# Are 60 points enough to get an invitation for 189 Visa ?



## Anil4973 (Oct 2, 2016)

Hi All,

I am Anil Kumar from India.

I gave my PTE on 08-Aug-2016 and scored S-68, R-71, W-84 and L-79.

I hired a MARA consultant who evaluated my profile and suggested that you are eligible to apply for PR and you can go ahead apply with 60 points. He also said that 60 points are more than enough for you to get 189 VISA. 

Believed in his words, started and completed the following activities.

0. Skill - Software engineer -261313.
1. Skill assessment - 23/09/16 - ACS - +Ve.
2. Lodged - EOI - 28/09/16. - 60 points.

Earlier he said my waiting period could be in between 2 and 3 months. Now he said that people who lodged EOI in January with 60 points did not get invite until today and suggested me either retake PTE or go for 190 Visa. ****kard , he did not told me this earlier.

I am not interested in taking 190 Visa., and If I go for PTE then, I have to score 79 in all modules which I don't think is not an easy game. 

With 60 points, I would be interested to wait for 3 months, but not more than that.

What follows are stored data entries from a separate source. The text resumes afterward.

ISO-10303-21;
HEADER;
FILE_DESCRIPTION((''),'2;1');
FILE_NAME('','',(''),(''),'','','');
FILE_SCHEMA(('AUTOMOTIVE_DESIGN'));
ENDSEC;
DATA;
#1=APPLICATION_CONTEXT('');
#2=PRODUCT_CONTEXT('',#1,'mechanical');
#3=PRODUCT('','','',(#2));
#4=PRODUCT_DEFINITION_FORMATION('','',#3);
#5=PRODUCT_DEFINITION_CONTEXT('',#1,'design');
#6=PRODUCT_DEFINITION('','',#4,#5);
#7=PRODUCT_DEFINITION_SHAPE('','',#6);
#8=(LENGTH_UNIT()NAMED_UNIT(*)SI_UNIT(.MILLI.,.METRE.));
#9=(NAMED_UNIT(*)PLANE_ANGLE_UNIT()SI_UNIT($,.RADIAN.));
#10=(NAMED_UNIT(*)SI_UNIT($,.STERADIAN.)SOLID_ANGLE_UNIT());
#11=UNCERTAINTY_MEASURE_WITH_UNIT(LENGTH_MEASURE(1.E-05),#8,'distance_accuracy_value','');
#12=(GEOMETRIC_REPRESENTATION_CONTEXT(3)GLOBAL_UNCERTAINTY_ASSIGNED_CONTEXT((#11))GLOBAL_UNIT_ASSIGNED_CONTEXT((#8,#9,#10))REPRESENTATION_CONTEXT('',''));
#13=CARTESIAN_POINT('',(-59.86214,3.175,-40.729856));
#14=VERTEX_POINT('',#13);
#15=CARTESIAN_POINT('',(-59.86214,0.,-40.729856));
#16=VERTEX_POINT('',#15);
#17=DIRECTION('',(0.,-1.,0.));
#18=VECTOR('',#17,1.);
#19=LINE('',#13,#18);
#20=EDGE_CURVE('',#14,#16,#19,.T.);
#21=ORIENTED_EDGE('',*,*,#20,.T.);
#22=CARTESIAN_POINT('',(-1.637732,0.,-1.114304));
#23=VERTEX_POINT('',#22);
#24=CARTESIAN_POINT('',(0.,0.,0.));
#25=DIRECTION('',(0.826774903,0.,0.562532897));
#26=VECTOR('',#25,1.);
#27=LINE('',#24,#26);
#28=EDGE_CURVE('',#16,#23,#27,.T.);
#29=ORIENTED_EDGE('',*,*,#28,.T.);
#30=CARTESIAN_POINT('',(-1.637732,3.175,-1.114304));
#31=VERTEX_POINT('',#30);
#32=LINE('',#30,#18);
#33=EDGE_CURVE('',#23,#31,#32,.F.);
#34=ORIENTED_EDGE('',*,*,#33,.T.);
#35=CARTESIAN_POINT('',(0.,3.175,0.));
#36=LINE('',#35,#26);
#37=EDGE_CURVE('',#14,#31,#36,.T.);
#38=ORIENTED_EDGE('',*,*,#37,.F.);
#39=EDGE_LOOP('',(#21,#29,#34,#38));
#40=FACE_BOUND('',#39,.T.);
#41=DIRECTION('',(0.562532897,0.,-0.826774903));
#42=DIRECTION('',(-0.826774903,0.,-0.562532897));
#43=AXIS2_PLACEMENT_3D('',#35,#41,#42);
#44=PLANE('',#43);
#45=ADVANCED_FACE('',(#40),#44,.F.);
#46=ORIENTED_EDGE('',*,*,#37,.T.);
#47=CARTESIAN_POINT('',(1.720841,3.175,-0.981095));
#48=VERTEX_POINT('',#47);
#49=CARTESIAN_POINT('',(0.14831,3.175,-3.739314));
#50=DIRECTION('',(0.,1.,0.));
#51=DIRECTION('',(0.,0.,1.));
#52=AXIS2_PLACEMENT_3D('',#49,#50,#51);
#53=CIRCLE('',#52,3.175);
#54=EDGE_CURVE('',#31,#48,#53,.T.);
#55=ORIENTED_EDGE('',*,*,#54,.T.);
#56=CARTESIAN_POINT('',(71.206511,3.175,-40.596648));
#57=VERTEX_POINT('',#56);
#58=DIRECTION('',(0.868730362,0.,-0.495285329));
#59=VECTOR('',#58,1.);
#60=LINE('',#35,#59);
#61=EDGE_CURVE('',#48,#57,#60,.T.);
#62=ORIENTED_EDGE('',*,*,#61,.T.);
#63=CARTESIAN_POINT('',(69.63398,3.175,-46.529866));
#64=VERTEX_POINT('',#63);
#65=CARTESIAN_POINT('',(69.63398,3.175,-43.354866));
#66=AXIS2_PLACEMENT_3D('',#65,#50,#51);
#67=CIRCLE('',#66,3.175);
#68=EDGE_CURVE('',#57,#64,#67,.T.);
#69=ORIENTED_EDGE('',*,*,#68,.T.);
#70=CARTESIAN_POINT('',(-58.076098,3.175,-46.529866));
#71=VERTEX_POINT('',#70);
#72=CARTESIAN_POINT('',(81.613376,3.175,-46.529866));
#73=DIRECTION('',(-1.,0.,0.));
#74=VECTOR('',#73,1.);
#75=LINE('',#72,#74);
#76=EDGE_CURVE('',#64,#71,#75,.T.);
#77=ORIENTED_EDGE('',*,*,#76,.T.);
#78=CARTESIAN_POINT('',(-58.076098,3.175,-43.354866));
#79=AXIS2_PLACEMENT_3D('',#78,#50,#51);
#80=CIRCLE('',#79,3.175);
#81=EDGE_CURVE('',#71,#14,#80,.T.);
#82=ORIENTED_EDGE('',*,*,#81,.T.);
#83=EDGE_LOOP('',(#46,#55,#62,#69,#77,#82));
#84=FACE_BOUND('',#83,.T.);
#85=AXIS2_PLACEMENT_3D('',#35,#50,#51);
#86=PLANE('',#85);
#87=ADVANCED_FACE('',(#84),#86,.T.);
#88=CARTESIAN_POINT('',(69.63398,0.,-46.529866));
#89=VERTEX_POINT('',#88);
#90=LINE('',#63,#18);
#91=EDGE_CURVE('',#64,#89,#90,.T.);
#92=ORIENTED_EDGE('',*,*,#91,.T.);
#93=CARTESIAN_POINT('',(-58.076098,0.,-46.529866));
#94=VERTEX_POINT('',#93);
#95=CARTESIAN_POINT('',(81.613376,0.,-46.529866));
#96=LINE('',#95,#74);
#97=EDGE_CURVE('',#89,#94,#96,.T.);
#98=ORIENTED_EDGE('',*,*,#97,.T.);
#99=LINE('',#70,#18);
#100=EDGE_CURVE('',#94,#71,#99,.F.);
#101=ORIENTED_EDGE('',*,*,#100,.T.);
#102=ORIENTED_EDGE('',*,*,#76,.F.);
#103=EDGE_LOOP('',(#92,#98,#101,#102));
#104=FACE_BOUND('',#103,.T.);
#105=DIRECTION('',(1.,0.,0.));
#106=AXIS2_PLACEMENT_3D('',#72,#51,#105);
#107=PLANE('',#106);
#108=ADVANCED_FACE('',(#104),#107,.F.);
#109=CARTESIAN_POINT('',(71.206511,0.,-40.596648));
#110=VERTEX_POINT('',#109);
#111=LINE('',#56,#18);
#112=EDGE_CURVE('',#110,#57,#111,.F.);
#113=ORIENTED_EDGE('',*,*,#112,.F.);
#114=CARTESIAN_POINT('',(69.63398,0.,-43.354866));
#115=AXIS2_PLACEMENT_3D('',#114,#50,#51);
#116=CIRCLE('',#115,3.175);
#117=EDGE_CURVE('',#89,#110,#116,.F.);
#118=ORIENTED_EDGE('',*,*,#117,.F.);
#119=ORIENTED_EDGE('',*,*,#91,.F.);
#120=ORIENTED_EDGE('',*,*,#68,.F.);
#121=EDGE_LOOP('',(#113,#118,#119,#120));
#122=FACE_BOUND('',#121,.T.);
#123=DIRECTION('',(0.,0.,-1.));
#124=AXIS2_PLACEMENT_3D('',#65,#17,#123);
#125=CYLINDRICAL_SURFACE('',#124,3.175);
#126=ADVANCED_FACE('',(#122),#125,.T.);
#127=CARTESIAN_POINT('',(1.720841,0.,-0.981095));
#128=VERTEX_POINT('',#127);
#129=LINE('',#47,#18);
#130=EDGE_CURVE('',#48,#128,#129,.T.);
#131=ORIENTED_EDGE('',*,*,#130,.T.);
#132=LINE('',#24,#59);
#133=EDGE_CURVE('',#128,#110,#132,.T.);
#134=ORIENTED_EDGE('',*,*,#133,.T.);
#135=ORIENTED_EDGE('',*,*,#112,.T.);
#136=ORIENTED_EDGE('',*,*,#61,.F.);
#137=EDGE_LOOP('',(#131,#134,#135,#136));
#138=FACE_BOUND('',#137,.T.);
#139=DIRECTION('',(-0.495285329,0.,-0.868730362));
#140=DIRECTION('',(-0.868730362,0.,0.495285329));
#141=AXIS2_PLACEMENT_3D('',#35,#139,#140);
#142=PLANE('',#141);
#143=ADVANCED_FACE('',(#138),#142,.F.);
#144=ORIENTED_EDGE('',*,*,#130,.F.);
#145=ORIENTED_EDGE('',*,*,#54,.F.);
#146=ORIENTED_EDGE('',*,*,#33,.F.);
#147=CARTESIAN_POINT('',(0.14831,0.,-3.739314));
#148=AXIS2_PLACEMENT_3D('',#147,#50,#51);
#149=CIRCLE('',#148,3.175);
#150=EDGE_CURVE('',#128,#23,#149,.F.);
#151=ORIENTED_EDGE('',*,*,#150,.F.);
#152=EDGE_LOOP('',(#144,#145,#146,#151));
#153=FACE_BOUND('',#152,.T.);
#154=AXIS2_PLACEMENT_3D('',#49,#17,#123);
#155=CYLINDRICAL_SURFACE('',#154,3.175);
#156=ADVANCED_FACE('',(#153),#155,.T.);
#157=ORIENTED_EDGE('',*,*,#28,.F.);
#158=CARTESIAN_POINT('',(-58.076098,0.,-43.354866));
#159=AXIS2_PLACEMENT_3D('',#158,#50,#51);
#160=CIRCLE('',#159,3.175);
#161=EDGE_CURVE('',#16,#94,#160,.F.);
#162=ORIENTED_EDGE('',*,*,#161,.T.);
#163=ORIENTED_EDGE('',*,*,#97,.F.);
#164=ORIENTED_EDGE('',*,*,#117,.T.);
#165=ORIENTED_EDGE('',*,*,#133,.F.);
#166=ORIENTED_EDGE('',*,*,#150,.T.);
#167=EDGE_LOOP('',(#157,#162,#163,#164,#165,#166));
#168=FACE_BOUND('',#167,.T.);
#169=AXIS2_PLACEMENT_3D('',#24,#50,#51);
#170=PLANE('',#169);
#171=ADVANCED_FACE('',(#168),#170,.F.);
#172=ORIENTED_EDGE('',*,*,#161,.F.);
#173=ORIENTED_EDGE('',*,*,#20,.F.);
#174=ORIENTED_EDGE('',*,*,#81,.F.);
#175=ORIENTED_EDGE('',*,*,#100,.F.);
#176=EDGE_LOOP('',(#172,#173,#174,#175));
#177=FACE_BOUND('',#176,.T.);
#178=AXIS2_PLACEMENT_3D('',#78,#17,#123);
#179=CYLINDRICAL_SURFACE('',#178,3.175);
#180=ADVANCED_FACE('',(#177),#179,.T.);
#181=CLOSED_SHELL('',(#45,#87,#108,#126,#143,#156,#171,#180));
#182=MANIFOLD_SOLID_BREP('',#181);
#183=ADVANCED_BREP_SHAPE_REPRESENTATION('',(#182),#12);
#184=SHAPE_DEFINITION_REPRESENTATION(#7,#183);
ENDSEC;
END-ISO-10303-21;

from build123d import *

# Parameters (mm, degrees)
BOSS_EXTRUDE1_DEPTH = 3.175
FILLET1_R           = 3.175
SKETCH2_R           = 0.712880647
BOSS_EXTRUDE2_DEPTH = 2.54


with BuildPart() as part:
    # Sketch1 → Boss-Extrude1 (new body)
    with BuildSketch(Plane(origin=(0, 0, 0), x_dir=(1, 0, 0), z_dir=(0, 1, 0))):
        Polygon((0, 0), (-68.386624181, 46.529866421), (81.613375819, 46.529866421), align=None)
    extrude(amount=BOSS_EXTRUDE1_DEPTH)

    # Fillet1
    fillet1_edges = [part.edges().sort_by_distance(p)[0] for p in [
        (0, 1.5875, 0),
        (-68.386624181, 1.5875, -46.529866421),
        (81.613375819, 1.5875, -46.529866421),
    ]]
    fillet(fillet1_edges, radius=FILLET1_R)

    # Sketch2 → Boss-Extrude2 (add)
    with BuildSketch(Plane(origin=(0, 3.175, 0), x_dir=(1, 0, 0), z_dir=(0, 1, 0))):
        with Locations((-58.076097719, 43.354866421)):
            Circle(SKETCH2_R)
    extrude(amount=-BOSS_EXTRUDE2_DEPTH)


solid = part.part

Please suggest what shall I do now.

Regards,
Anil Kumar


----------



## Tazui (Sep 4, 2016)

Hi Anil,
What's the reason for you to not want to take PTE exams again to obtain higher points? Furthermore, I tend to agree with your agent as 190 is a sponsored PR visa, you get to stay in Australia just that you must honor a 2 year stay in a sponsored state, whereas 189 is an independent skilled meaning you can live anywhere.


Sent from my iPad using Tapatalk


----------



## forw.jane (Aug 4, 2016)

Anil4973 said:


> Hi All,
> 
> I am Anil Kumar from India.
> 
> ...


Many ppl are taking PTE and jumping from 60 pts to 70 pts and getting invite. As the number of application for 65 pts are not getting exhausted, the chances of getting an invite with 60 pts for 2613 is very bleak. And even if they get called the waiting period has touched 10 months, so you can only think when your chance will come.


----------



## Rohit R (May 24, 2014)

Hi Anil,

Go for PTE to enhance your score as waiting list is so long for 60 pointers. Chances are not that bright for 60 pointers in this year atleast.

At the same time, I would suggest you to go for 190 too(if you are comfortable to spend two years in nominated state). This will definitely increase your chances.





Anil4973 said:


> Hi All,
> 
> I am Anil Kumar from India.
> 
> ...


----------



## Anil4973 (Oct 2, 2016)

Thanks a lot for your quick replies.

It's easy to take PTE, but tough to get 79 in all modules. I don't think it's an easy job. 

One alternative is get married quickly and apply PR for my wife too  so that I will get 5 more points.

are chances are really less for 60 points. Are there any chances of 3 months waiting period ?

The problem with state sponsorship is , I might have to learn one more skill to get the job. that might not work for me.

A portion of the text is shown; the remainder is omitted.